Muscat: Omani companies that engage in e-commerce transactions with the United States may end up having to pay sales tax after previously enjoying a tax-free status.
The fear that Omani and other non-American companies may be taxed comes in the wake of the landmark Wayfair ruling of the US Supreme Court.
Crowe Horwath, the public accounting, consultancy, and technology firm, issued a circular, which alerted Omani companies about the possibility of having to pay taxes in the US.
“On June 21, the US Supreme Court issued its highly anticipated ruling in the Wayfair case, which has an enormous impact on remote sellers, including e-commerce transactions, into the United States," said Dr Robert Van Brederode, counsel to Crowe Oman. "Under the Commerce clause of the US Constitution, businesses cannot be forced to pay or collect in-state taxes unless they have a sufficient connection or nexus with that state."
“The states could only coerce out-of-state vendors to collect the tax if that vendor met strict physical presence tests as formulated by the US Supreme Court," he added. "Physical presence means a storage place, shop, inventory, or employees present in the state."
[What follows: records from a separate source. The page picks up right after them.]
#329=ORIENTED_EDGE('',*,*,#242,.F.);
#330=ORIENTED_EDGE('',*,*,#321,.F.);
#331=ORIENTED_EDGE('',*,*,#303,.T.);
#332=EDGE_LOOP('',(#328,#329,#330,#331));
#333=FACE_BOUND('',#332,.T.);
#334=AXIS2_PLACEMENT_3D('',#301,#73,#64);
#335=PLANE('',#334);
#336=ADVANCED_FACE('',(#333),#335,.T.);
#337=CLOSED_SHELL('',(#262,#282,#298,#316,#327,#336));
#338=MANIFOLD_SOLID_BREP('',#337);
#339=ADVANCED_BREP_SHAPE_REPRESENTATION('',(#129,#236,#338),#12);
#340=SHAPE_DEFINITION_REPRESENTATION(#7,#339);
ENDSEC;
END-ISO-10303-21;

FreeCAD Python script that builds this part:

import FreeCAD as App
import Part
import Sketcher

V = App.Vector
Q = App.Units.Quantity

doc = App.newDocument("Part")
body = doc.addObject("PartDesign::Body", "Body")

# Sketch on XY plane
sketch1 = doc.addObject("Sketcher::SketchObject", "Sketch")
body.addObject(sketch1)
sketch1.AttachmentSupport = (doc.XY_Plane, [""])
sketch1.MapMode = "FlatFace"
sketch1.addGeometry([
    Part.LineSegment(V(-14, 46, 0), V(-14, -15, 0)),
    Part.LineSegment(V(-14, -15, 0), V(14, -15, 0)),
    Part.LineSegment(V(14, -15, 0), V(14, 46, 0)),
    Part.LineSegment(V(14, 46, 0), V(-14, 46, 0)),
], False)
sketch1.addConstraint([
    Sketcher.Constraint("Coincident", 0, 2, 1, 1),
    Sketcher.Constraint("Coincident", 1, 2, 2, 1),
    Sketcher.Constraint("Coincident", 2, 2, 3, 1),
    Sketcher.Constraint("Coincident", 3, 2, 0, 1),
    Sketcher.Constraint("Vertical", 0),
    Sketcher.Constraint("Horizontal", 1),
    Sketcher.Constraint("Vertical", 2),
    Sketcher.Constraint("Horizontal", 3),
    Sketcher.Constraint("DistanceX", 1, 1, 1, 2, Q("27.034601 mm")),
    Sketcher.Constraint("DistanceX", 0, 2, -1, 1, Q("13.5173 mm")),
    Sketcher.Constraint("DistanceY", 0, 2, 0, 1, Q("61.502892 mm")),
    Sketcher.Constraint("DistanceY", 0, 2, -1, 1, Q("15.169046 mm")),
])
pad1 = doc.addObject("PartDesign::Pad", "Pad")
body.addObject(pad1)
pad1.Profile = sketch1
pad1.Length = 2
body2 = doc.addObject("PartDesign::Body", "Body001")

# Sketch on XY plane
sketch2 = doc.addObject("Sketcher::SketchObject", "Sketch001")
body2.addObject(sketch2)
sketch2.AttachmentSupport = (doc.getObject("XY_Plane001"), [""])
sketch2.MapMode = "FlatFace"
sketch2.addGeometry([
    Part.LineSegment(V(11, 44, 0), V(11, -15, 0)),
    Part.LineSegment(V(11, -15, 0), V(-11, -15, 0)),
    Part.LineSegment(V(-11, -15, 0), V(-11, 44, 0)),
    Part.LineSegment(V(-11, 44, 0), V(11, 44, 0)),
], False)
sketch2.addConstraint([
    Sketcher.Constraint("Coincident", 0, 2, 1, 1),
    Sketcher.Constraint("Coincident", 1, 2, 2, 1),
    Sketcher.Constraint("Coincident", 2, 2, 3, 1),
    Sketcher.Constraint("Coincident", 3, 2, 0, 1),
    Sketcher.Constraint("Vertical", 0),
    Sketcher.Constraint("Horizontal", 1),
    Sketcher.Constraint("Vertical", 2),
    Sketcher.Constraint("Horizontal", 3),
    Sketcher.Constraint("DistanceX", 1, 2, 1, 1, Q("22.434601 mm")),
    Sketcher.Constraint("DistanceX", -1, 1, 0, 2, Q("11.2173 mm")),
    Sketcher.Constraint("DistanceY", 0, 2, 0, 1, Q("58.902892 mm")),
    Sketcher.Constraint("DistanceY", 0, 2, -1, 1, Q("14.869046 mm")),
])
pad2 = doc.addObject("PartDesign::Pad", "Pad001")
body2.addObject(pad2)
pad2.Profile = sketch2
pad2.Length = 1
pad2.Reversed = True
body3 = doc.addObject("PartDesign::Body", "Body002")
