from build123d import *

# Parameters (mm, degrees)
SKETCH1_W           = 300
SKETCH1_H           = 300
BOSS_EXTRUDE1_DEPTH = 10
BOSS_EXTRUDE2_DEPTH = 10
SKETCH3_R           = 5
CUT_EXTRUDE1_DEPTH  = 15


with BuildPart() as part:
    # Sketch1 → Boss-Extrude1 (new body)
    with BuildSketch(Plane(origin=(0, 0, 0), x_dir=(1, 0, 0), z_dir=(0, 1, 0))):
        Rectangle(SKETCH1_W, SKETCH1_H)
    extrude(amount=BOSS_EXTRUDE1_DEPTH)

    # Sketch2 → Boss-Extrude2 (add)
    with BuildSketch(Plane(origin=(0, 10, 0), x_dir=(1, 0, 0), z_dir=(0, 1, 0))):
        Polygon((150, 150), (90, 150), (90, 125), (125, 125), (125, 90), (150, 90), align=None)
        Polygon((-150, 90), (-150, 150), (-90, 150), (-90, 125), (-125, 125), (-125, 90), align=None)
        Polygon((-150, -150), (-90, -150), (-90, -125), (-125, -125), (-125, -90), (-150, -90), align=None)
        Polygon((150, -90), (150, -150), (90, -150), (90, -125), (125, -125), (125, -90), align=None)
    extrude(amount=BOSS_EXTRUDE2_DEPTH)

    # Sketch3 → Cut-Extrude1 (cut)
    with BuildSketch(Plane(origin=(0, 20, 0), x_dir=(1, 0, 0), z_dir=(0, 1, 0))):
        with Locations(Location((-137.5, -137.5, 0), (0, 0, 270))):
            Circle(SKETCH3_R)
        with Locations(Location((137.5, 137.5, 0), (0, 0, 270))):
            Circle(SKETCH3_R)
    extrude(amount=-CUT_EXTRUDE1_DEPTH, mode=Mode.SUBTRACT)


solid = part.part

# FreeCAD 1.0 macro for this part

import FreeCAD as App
import Part
import Sketcher
from FreeCAD import Vector
Q = App.Units.Quantity


def add_polygon(sketch, points):
    """Adds a closed chain of lines whose ends are joined by coincident constraints."""
    first, n = sketch.GeometryCount, len(points)
    for a, b in zip(points, points[1:] + points[:1]):
        sketch.addGeometry(Part.LineSegment(App.Vector(*a, 0), App.Vector(*b, 0)), False)
    for i in range(n):
        sketch.addConstraint(Sketcher.Constraint("Coincident", first + i, 2, first + (i + 1) % n, 1))

doc = App.newDocument("Part")
body = doc.addObject("PartDesign::Body", "Body")

sketch1 = doc.addObject("Sketcher::SketchObject", "Sketch")
body.addObject(sketch1)
sketch1.AttachmentSupport = (doc.XZ_Plane, [""])
sketch1.MapMode = "FlatFace"
add_polygon(sketch1, [(-150, -150), (-150, 150), (150, 150), (150, -150)])
sketch1.addConstraint([
    Sketcher.Constraint("Vertical", 0),
    Sketcher.Constraint("Horizontal", 1),
    Sketcher.Constraint("Vertical", 2),
    Sketcher.Constraint("Horizontal", 3),
    Sketcher.Constraint("Symmetric", 0, 2, 2, 2, -1, 1),
    Sketcher.Constraint("Equal", 3, 0),
    Sketcher.Constraint("DistanceX", 1, 1, 1, 2, Q("300 mm")),
])
pad1 = doc.addObject("PartDesign::Pad", "Pad")
body.addObject(pad1)
pad1.Profile = sketch1
pad1.Length = 10
pad1.Reversed = True

sketch2 = doc.addObject("Sketcher::SketchObject", "Sketch001")
body.addObject(sketch2)
sketch2.AttachmentSupport = (doc.XZ_Plane, [""])
sketch2.MapMode = "FlatFace"
sketch2.AttachmentOffset = App.Placement(Vector(0, 0, -10), App.Rotation())
add_polygon(sketch2, [(150, -150), (90, -150), (90, -125), (125, -125), (125, -90), (150, -90)])
add_polygon(sketch2, [(-150, -150), (-150, -90), (-125, -90), (-125, -125), (-90, -125), (-90, -150)])
add_polygon(sketch2, [(-150, 150), (-90, 150), (-90, 125), (-125, 125), (-125, 90), (-150, 90)])
add_polygon(sketch2, [(150, 150), (150, 90), (125, 90), (125, 125), (90, 125), (90, 150)])
sketch2.addConstraint([
    Sketcher.Constraint("Horizontal", 0),
    Sketcher.Constraint("Vertical", 1),
    Sketcher.Constraint("Horizontal", 2),
    Sketcher.Constraint("Vertical", 3),
    Sketcher.Constraint("Horizontal", 4),
    Sketcher.Constraint("Vertical", 5),
    Sketcher.Constraint("Vertical", 6),
    Sketcher.Constraint("Horizontal", 7),
    Sketcher.Constraint("Vertical", 8),
    Sketcher.Constraint("Horizontal", 9),
    Sketcher.Constraint("Vertical", 10),
    Sketcher.Constraint("Horizontal", 11),
    Sketcher.Constraint("Horizontal", 12),
    Sketcher.Constraint("Vertical", 13),
    Sketcher.Constraint("Horizontal", 14),
    Sketcher.Constraint("Vertical", 15),
    Sketcher.Constraint("Horizontal", 16),
    Sketcher.Constraint("Vertical", 17),
    Sketcher.Constraint("Vertical", 18),
    Sketcher.Constraint("Horizontal", 19),
    Sketcher.Constraint("Vertical", 20),
    Sketcher.Constraint("Horizontal", 21),
    Sketcher.Constraint("Vertical", 22),
    Sketcher.Constraint("Horizontal", 23),
    Sketcher.Constraint("Symmetric", 0, 2, 12, 2, -1, 1),
    Sketcher.Constraint("Symmetric", 2, 2, 14, 2, -1, 1),
    Sketcher.Constraint("Symmetric", 4, 2, 16, 2, -1, 1),
    Sketcher.Constraint("Symmetric", 6, 2, 18, 2, -1, 1),
    Sketcher.Constraint("Symmetric", 8, 2, 20, 2, -1, 1),
    Sketcher.Constraint("Symmetric", 10, 2, 22, 2, -1, 1),
    Sketcher.Constraint("Symmetric", 4, 2, 6, 2, -2),
    Sketcher.Constraint("Symmetric", 2, 2, 8, 2, -2),
    Sketcher.Constraint("Symmetric", 0, 2, 10, 2, -2),
    Sketcher.Constraint("Equal", 19, 1),
    Sketcher.Constraint("Equal", 21, 3),
    Sketcher.Constraint("DistanceX", 0, 2, 0, 1, Q("60 mm")),
    Sketcher.Constraint("DistanceX", 2, 1, 2, 2, Q("35 mm")),
    Sketcher.Constraint("DistanceX", -1, 1, 0, 2, Q("90 mm")),
    Sketcher.Constraint("DistanceY", 0, 2, -1, 1, Q("150 mm")),
])
pad2 = doc.addObject("PartDesign::Pad", "Pad001")
body.addObject(pad2)
pad2.Profile = sketch2
pad2.Length = 10
pad2.Reversed = True

sketch3 = doc.addObject("Sketcher::SketchObject", "Sketch002")
body.addObject(sketch3)
sketch3.AttachmentSupport = (doc.XZ_Plane, [""])
sketch3.MapMode = "FlatFace"
sketch3.AttachmentOffset = App.Placement(Vector(0, 0, -20), App.Rotation())
sketch3.addGeometry([
    Part.Circle(Vector(-137.5, 137.5, 0), Vector(0, 0, 1), 5),
    Part.Circle(Vector(137.5, -137.5, 0), Vector(0, 0, 1), 5),
], False)
sketch3.addConstraint([
    Sketcher.Constraint("Equal", 0, 1),
    Sketcher.Constraint("Symmetric", 0, 3, 1, 3, -1, 1),
    Sketcher.Constraint("Diameter", 0, Q("10 mm")),
    Sketcher.Constraint("DistanceX", 0, 3, 1, 3, Q("275 mm")),
    Sketcher.Constraint("DistanceY", 1, 3, 0, 3, Q("275 mm")),
])
pocket1 = doc.addObject("PartDesign::Pocket", "Pocket")
body.addObject(pocket1)
pocket1.Profile = sketch3
pocket1.Length = 15
pocket1.Reversed = True

doc.recompute()
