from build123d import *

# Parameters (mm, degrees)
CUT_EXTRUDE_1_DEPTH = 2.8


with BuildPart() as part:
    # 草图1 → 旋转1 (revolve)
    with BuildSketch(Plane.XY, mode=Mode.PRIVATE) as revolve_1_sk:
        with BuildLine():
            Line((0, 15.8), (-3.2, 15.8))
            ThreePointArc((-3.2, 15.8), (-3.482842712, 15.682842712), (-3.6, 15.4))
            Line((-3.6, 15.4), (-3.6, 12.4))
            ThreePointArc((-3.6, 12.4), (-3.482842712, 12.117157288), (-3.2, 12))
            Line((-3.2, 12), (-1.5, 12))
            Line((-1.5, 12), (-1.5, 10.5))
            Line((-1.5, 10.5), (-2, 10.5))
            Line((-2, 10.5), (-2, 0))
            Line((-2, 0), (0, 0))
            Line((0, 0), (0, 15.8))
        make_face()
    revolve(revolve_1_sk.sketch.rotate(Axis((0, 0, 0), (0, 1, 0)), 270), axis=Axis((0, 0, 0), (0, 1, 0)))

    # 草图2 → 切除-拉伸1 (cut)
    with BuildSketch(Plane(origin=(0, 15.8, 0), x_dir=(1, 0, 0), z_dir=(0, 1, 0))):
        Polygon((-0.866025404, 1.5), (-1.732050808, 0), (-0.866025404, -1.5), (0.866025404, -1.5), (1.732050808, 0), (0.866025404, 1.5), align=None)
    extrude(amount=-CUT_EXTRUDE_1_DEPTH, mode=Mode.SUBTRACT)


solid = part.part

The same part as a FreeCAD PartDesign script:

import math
import FreeCAD as App
import Part
import Sketcher

V = App.Vector
Q = App.Units.Quantity

doc = App.newDocument("Part")
body = doc.addObject("PartDesign::Body", "Body")

sketch1 = body.newObject("Sketcher::SketchObject", "Sketch")
sketch1.AttachmentSupport = (doc.getObject("XY_Plane"), [""])
sketch1.MapMode = "FlatFace"
sketch1.addGeometry([
    Part.LineSegment(V(0, 15.8, 0), V(-3.2, 15.8, 0)),
    Part.ArcOfCircle(Part.Circle(V(-3.2, 15.4, 0), V(0, 0, 1), 0.4), math.radians(90), math.radians(180)),
    Part.LineSegment(V(-3.6, 15.4, 0), V(-3.6, 12.4, 0)),
    Part.ArcOfCircle(Part.Circle(V(-3.2, 12.4, 0), V(0, 0, 1), 0.4), math.radians(-180), math.radians(-90)),
    Part.LineSegment(V(-3.2, 12, 0), V(-1.5, 12, 0)),
    Part.LineSegment(V(-1.5, 12, 0), V(-1.5, 10.5, 0)),
    Part.LineSegment(V(-1.5, 10.5, 0), V(-2, 10.5, 0)),
    Part.LineSegment(V(-2, 10.5, 0), V(-2, 0, 0)),
    Part.LineSegment(V(-2, 0, 0), V(0, 0, 0)),
    Part.LineSegment(V(0, 0, 0), V(0, 15.8, 0)),
], False)
sketch1.addConstraint([
    Sketcher.Constraint("Tangent", 0, 2, 1, 1),
    Sketcher.Constraint("Tangent", 1, 2, 2, 1),
    Sketcher.Constraint("Tangent", 2, 2, 3, 1),
    Sketcher.Constraint("Tangent", 3, 2, 4, 1),
    Sketcher.Constraint("Coincident", 4, 2, 5, 1),
    Sketcher.Constraint("Coincident", 5, 2, 6, 1),
    Sketcher.Constraint("Coincident", 6, 2, 7, 1),
    Sketcher.Constraint("Coincident", 7, 2, 8, 1),
    Sketcher.Constraint("Coincident", 8, 2, 9, 1),
    Sketcher.Constraint("Coincident", 9, 2, 0, 1),
    Sketcher.Constraint("Horizontal", 0),
    Sketcher.Constraint("Vertical", 2),
    Sketcher.Constraint("Horizontal", 4),
    Sketcher.Constraint("Vertical", 5),
    Sketcher.Constraint("Horizontal", 6),
    Sketcher.Constraint("Vertical", 7),
    Sketcher.Constraint("Horizontal", 8),
    Sketcher.Constraint("Vertical", 9),
    Sketcher.Constraint("Coincident", 8, 2, -1, 1),
    Sketcher.Constraint("Equal", 1, 3),
    Sketcher.Constraint("Radius", 1, 0.4),
    Sketcher.Constraint("DistanceX", 8, 1, 8, 2, 2.0),
    Sketcher.Constraint("DistanceY", 2, 2, 2, 1, 3.0),
    Sketcher.Constraint("DistanceX", 0, 2, 0, 1, 3.2),
    Sketcher.Constraint("DistanceX", 4, 1, 4, 2, 1.7),
    Sketcher.Constraint("DistanceY", 5, 2, 5, 1, 1.5),
    Sketcher.Constraint("DistanceY", 7, 2, 7, 1, 10.5),
])
revolution = body.newObject("PartDesign::Revolution", "Revolution")
revolution.Profile = sketch1
revolution.ReferenceAxis = (sketch1, ["V_Axis"])
revolution.Angle = 360

sketch2 = body.newObject("Sketcher::SketchObject", "Sketch001")
sketch2.AttachmentSupport = (doc.getObject("XZ_Plane"), [""])
sketch2.MapMode = "FlatFace"
sketch2.AttachmentOffset = App.Placement(V(0, 0, -15.8), App.Rotation())
sketch2.addGeometry([
    Part.LineSegment(V(-0.9, -1.5, 0), V(-1.7, 0, 0)),
    Part.LineSegment(V(-1.7, 0, 0), V(-0.9, 1.5, 0)),
    Part.LineSegment(V(-0.9, 1.5, 0), V(0.9, 1.5, 0)),
    Part.LineSegment(V(0.9, 1.5, 0), V(1.7, 0, 0)),
    Part.LineSegment(V(1.7, 0, 0), V(0.9, -1.5, 0)),
    Part.LineSegment(V(0.9, -1.5, 0), V(-0.9, -1.5, 0)),
], False)
sketch2.addConstraint([
    Sketcher.Constraint("Coincident", 0, 2, 1, 1),
    Sketcher.Constraint("Coincident", 1, 2, 2, 1),
    Sketcher.Constraint("Coincident", 2, 2, 3, 1),
    Sketcher.Constraint("Coincident", 3, 2, 4, 1),
    Sketcher.Constraint("Coincident", 4, 2, 5, 1),
    Sketcher.Constraint("Coincident", 5, 2, 0, 1),
    Sketcher.Constraint("Horizontal", 2),
    Sketcher.Constraint("Horizontal", 5),
    Sketcher.Constraint("Symmetric", 0, 2, 3, 2, -1, 1),
    Sketcher.Constraint("Symmetric", 1, 2, 4, 2, -1, 1),
    Sketcher.Constraint("PointOnObject", 0, 2, -1),
    Sketcher.Constraint("Parallel", 0, 3),
    Sketcher.Constraint("Vertical", 2, 2, 4, 2),
    Sketcher.Constraint("Angle", 0, Q("120 deg")),
    Sketcher.Constraint("DistanceY", 4, 2, 2, 2, 3.0),
    Sketcher.Constraint("DistanceX", 2, 1, 2, 2, 1.732051),
])
pocket1 = body.newObject("PartDesign::Pocket", "Pocket")
pocket1.Profile = sketch2
pocket1.Length = 2.8
pocket1.Reversed = True

doc.recompute()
As a result, states have been facing significant revenue losses. In addition, the physical presence test provided out-of-state or remote sellers a huge commercial advantage, because they were effectively able to sell their products tax-free, while local and in-state competitors had to charge the sales tax. That has now changed, said the circular.
“With its landmark Wayfair ruling, the Supreme Court has changed its course and widened the door for the States to coerce remote sellers to collect the tax," explained the circular. "It is now accepted for states to require businesses to collect sales taxes if they have an economic nexus with that state. The South Dakota law, challenged in Wayfair, uses a sales standard to create a taxable presence in the state, based on a monetary threshold of annual sales of US$100,000 and, alternatively, a minimum number of sale transactions into the state of 200."
“These are relatively low thresholds,” said the Crowe Horwath release. “This new standard will not only affect US companies doing business in another state, but also foreign companies, for example Omani companies, that sell goods physically or electronically to the United States.”
The founder and managing director of Crowe Horwath, Davis Kallukaran, said his firm’s observations were prima facie and required a further in-depth study of the matter.
“Well, Oman has a free trade agreement with the United States,” said Kallukaran. “We’ll have to go into details and see how it impacts after this ruling. In fact, it will affect all non-American companies and their e-commerce transactions.”
Some 45 of 50 states levy sales tax. The release added that sales tax is levied in 45 US states and the District of Columbia.
“Several states also allow local government entities, such as school districts or towns, to charge additional sales tax, adding thousands of taxing jurisdictions,” read the circular. “Although similar in design, the rates and scope differ significantly. Sales tax is not administered centrally by the federal government, but by each state or, sometimes, local government entity."
"That also means that tax returns and forms and filing dates will differ among the jurisdictions, making compliance difficult and expensive,” it added. “Some states may try to collect the sales tax from remote vendors retroactively.”
For Omani businesses selling electronically to the US, it is important to learn details regarding taxation. There is no tax treaty between the US and Oman. However, there is a Free Trade Agreement, signed in 2009, which provides for equal treatment of sales of goods and services into the other country. That means Omani companies selling to the US pay the same taxes as US companies do on local sales and cannot be taxed more. It does not, however, provide relief from taxes.
Oman’s trade with the United States rose to $1.23 billion through the first four months of 2018, according to a WorldCity analysis of latest US Census Bureau data.